[Collected data]
--*--

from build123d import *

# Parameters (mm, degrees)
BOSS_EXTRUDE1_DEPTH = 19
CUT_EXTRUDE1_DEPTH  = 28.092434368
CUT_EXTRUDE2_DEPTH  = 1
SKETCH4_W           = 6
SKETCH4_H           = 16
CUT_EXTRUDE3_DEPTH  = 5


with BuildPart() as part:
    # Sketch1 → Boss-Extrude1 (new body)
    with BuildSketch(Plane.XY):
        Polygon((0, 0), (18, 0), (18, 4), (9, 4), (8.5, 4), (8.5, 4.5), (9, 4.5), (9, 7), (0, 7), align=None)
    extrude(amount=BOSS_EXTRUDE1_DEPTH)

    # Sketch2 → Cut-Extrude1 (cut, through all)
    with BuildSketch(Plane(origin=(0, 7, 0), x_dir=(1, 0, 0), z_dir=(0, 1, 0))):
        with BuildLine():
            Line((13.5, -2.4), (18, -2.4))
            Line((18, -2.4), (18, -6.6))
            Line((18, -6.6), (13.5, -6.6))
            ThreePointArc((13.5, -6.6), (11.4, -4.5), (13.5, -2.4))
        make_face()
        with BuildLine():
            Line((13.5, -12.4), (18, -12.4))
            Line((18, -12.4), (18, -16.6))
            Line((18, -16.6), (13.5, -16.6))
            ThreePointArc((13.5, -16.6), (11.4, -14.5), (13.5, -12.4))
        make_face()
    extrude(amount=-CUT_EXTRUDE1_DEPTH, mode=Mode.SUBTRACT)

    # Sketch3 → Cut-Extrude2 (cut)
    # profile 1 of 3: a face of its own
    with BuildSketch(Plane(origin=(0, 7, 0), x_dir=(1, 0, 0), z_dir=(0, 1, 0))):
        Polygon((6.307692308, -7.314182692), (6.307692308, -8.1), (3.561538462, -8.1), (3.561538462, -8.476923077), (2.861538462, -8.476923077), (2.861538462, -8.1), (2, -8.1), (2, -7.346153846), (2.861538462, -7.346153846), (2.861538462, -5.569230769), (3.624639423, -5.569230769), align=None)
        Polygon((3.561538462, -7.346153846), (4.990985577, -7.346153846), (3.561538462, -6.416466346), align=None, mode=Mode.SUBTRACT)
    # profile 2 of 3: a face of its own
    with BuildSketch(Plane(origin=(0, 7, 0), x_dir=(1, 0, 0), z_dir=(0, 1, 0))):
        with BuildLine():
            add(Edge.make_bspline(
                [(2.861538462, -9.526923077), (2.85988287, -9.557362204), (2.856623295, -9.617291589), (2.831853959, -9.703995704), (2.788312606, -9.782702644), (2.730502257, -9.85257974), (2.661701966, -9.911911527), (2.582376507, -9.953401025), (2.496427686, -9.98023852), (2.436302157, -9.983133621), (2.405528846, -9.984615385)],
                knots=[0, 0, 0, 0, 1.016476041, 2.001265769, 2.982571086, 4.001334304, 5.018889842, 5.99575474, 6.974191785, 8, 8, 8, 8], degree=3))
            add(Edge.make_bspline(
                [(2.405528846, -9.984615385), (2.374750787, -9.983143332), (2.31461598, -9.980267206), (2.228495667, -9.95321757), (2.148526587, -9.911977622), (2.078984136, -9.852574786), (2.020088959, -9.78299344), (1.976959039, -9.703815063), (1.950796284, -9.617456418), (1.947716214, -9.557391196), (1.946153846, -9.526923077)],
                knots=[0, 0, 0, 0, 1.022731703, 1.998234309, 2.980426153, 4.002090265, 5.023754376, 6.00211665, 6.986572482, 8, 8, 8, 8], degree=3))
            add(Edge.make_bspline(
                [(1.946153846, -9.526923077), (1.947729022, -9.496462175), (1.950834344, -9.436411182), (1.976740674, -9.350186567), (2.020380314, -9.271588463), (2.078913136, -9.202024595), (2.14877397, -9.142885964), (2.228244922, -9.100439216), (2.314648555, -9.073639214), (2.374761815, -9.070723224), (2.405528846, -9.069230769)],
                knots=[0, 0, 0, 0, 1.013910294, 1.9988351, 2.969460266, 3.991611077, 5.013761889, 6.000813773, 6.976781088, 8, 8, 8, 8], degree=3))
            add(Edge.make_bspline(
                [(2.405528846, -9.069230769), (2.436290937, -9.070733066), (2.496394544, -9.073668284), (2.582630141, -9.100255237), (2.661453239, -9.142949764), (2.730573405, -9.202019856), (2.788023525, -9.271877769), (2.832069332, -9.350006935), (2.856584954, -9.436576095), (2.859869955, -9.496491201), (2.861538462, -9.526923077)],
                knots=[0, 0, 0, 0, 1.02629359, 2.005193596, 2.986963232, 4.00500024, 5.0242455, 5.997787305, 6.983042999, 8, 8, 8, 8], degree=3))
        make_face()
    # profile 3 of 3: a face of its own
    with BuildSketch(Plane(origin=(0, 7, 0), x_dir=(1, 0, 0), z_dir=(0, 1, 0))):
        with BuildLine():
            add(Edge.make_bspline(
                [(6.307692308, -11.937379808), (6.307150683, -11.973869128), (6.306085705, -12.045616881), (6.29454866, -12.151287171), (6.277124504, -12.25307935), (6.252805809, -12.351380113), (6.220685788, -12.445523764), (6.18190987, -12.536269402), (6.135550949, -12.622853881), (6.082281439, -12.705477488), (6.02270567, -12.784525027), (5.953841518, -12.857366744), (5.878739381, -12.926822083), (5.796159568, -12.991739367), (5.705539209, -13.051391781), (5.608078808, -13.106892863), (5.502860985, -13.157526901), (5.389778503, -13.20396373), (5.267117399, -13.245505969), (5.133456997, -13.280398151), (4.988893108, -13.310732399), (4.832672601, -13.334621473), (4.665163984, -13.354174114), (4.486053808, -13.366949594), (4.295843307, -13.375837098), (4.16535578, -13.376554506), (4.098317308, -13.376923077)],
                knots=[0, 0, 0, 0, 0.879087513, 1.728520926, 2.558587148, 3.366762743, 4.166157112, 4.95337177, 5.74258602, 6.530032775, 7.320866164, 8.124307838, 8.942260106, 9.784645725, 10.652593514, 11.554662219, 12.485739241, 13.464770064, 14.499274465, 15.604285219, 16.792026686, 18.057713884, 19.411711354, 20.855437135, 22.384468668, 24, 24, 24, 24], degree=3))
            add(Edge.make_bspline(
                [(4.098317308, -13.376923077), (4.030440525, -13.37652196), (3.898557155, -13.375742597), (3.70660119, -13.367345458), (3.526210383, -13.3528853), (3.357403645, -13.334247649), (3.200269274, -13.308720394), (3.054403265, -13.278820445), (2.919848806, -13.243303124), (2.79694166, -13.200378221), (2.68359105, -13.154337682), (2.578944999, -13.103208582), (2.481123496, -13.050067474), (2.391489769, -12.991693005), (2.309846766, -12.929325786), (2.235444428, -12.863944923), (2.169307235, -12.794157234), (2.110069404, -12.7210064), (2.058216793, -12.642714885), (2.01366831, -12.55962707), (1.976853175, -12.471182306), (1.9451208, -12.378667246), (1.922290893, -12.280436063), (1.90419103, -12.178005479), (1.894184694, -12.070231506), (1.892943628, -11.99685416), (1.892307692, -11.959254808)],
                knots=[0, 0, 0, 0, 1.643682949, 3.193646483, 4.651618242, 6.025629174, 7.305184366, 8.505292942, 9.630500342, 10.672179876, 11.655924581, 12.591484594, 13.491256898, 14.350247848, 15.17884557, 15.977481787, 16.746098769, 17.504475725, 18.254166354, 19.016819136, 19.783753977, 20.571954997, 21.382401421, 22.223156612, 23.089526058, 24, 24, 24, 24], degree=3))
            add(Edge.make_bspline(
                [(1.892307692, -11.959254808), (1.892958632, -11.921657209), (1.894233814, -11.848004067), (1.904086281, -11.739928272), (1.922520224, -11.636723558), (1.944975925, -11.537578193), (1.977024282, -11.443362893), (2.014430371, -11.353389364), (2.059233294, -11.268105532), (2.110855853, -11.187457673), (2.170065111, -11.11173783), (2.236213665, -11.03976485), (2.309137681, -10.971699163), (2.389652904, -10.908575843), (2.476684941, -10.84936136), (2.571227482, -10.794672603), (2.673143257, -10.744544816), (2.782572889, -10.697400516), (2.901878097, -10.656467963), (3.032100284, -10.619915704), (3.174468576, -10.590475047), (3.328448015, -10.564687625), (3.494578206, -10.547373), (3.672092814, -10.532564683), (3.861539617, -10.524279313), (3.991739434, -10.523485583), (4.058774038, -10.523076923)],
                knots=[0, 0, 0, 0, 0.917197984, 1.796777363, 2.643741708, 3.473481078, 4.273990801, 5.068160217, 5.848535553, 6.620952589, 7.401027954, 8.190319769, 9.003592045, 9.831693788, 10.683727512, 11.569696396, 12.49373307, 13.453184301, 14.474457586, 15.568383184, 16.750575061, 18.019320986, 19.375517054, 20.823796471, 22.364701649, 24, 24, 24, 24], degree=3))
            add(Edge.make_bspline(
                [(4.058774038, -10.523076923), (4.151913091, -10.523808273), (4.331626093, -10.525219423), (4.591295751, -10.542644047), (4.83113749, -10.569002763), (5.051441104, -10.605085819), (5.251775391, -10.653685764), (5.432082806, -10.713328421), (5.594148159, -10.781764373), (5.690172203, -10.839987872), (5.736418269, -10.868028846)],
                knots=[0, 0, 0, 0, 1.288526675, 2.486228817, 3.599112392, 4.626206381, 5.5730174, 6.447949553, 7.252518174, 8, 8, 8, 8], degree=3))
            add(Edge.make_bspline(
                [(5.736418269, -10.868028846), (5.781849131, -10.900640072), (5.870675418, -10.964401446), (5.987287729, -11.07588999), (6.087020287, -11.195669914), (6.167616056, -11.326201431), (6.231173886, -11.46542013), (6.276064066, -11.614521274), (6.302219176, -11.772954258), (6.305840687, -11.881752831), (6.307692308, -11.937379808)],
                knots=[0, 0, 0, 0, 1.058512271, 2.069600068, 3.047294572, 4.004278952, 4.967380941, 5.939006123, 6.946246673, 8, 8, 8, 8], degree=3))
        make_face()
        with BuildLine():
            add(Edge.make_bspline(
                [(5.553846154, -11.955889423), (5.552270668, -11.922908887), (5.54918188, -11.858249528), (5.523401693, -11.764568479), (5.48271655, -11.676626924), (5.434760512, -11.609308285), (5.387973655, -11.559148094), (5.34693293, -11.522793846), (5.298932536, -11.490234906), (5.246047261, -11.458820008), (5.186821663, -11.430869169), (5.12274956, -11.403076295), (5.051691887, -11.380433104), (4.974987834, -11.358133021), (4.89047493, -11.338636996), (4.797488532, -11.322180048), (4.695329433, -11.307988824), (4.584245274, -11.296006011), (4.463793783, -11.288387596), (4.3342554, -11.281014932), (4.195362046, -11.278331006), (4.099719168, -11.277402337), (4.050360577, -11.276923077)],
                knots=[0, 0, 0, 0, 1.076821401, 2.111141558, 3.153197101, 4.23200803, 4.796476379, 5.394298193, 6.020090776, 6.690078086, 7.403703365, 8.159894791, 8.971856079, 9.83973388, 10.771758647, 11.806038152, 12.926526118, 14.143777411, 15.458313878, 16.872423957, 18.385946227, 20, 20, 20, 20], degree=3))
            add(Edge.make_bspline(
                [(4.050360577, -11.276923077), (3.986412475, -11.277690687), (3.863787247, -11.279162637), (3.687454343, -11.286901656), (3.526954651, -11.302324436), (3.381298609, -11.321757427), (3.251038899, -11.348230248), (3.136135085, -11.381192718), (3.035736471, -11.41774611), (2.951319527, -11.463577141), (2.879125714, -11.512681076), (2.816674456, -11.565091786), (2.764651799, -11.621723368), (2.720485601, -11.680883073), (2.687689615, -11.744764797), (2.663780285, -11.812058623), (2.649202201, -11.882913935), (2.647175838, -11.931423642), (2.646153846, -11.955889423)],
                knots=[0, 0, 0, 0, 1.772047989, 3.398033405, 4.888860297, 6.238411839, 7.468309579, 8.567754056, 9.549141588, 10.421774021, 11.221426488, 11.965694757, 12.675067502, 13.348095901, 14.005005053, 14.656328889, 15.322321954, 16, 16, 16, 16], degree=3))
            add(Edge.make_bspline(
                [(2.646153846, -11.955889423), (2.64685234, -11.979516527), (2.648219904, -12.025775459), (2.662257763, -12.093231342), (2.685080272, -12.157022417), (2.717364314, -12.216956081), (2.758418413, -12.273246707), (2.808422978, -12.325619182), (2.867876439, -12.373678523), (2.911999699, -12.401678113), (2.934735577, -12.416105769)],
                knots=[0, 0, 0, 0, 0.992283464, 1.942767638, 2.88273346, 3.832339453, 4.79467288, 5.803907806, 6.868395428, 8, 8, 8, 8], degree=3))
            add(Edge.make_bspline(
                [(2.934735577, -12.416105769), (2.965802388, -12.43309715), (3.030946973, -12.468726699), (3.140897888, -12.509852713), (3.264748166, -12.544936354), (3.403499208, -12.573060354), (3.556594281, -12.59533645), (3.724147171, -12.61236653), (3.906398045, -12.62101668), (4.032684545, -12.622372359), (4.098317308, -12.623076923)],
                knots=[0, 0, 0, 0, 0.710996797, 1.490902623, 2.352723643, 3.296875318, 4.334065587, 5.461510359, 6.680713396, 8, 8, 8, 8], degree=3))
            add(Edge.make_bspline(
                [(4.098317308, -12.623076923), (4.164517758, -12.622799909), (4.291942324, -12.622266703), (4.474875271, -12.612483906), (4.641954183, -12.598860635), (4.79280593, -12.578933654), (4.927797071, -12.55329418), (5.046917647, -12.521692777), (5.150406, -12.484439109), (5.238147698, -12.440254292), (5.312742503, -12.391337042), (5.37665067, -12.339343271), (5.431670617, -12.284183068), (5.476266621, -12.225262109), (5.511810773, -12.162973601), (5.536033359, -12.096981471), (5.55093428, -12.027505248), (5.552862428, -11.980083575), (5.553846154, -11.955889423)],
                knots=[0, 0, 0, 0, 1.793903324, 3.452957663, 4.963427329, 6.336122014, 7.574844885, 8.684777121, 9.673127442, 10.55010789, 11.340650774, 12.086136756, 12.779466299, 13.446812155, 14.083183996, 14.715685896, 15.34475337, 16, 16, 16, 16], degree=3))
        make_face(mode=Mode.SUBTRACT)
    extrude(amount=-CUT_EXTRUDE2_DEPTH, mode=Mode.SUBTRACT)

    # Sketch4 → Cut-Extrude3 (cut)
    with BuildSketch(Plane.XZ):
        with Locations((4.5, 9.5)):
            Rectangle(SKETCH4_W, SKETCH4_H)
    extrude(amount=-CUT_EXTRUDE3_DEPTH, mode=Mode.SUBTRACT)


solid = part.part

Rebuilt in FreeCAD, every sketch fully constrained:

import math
import FreeCAD as App
import Part
import Sketcher

V = App.Vector


def add_polygon(sketch, points):
    """Adds a closed chain of lines whose ends are joined by coincident constraints."""
    first, n = sketch.GeometryCount, len(points)
    for a, b in zip(points, points[1:] + points[:1]):
        sketch.addGeometry(Part.LineSegment(App.Vector(*a, 0), App.Vector(*b, 0)), False)
    for i in range(n):
        sketch.addConstraint(Sketcher.Constraint("Coincident", first + i, 2, first + (i + 1) % n, 1))

doc = App.newDocument("Part")
body = doc.addObject("PartDesign::Body", "Body")

sketch1 = body.newObject("Sketcher::SketchObject", "Sketch")
sketch1.AttachmentSupport = (doc.getObject("XY_Plane"), [""])
sketch1.MapMode = "FlatFace"
add_polygon(sketch1, [(0, 0), (18, 0), (18, 4), (8.5, 4), (8.5, 4.5), (9, 4.5), (9, 7), (0, 7)])
sketch1.addConstraint(Sketcher.Constraint("Horizontal", 0))
sketch1.addConstraint(Sketcher.Constraint("Vertical", 1))
sketch1.addConstraint(Sketcher.Constraint("Horizontal", 2))
sketch1.addConstraint(Sketcher.Constraint("Vertical", 3))
sketch1.addConstraint(Sketcher.Constraint("Horizontal", 4))
sketch1.addConstraint(Sketcher.Constraint("Vertical", 5))
sketch1.addConstraint(Sketcher.Constraint("Horizontal", 6))
sketch1.addConstraint(Sketcher.Constraint("Vertical", 7))
sketch1.addConstraint(Sketcher.Constraint("Coincident", 7, 2, -1, 1))
sketch1.addConstraint(Sketcher.Constraint("Equal", 4, 3))
sketch1.addConstraint(Sketcher.Constraint("DistanceX", 0, 1, 0, 2, 18.0))
sketch1.addConstraint(Sketcher.Constraint("DistanceX", 6, 2, 6, 1, 9.0))
sketch1.addConstraint(Sketcher.Constraint("DistanceY", 1, 1, 1, 2, 4.0))
sketch1.addConstraint(Sketcher.Constraint("DistanceY", 7, 2, 7, 1, 7.0))
sketch1.addConstraint(Sketcher.Constraint("DistanceX", 2, 2, 2, 1, 9.5))
pad1 = body.newObject("PartDesign::Pad", "Pad")
pad1.Profile = sketch1
pad1.Length = 19

sketch2 = body.newObject("Sketcher::SketchObject", "Sketch001")
sketch2.AttachmentSupport = (doc.getObject("XZ_Plane"), [""])
sketch2.MapMode = "FlatFace"
sketch2.AttachmentOffset = App.Placement(V(0, 0, -7), App.Rotation())
sketch2.addGeometry(Part.LineSegment(V(18, 2.4, 0), V(13.5, 2.4, 0)), False)
sketch2.addGeometry(Part.ArcOfCircle(Part.Circle(V(13.5, 4.5, 0), V(0, 0, 1), 2.1), math.radians(90), math.radians(270)), False)
sketch2.addGeometry(Part.LineSegment(V(13.5, 6.6, 0), V(18, 6.6, 0)), False)
sketch2.addGeometry(Part.LineSegment(V(18, 6.6, 0), V(18, 2.4, 0)), False)
sketch2.addGeometry(Part.LineSegment(V(18, 12.4, 0), V(13.5, 12.4, 0)), False)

--*--

● **Exercise requirements**
Using the data above, reproduce exactly the lines from the line that contains "Rectangle(SKETCH4_W, SKETCH4_H)" through the line that contains "Rebuilt in FreeCAD, every", including both.

● **Written response**
            Rectangle(SKETCH4_W, SKETCH4_H)
    extrude(amount=-CUT_EXTRUDE3_DEPTH, mode=Mode.SUBTRACT)


solid = part.part

Rebuilt in FreeCAD, every sketch fully constrained:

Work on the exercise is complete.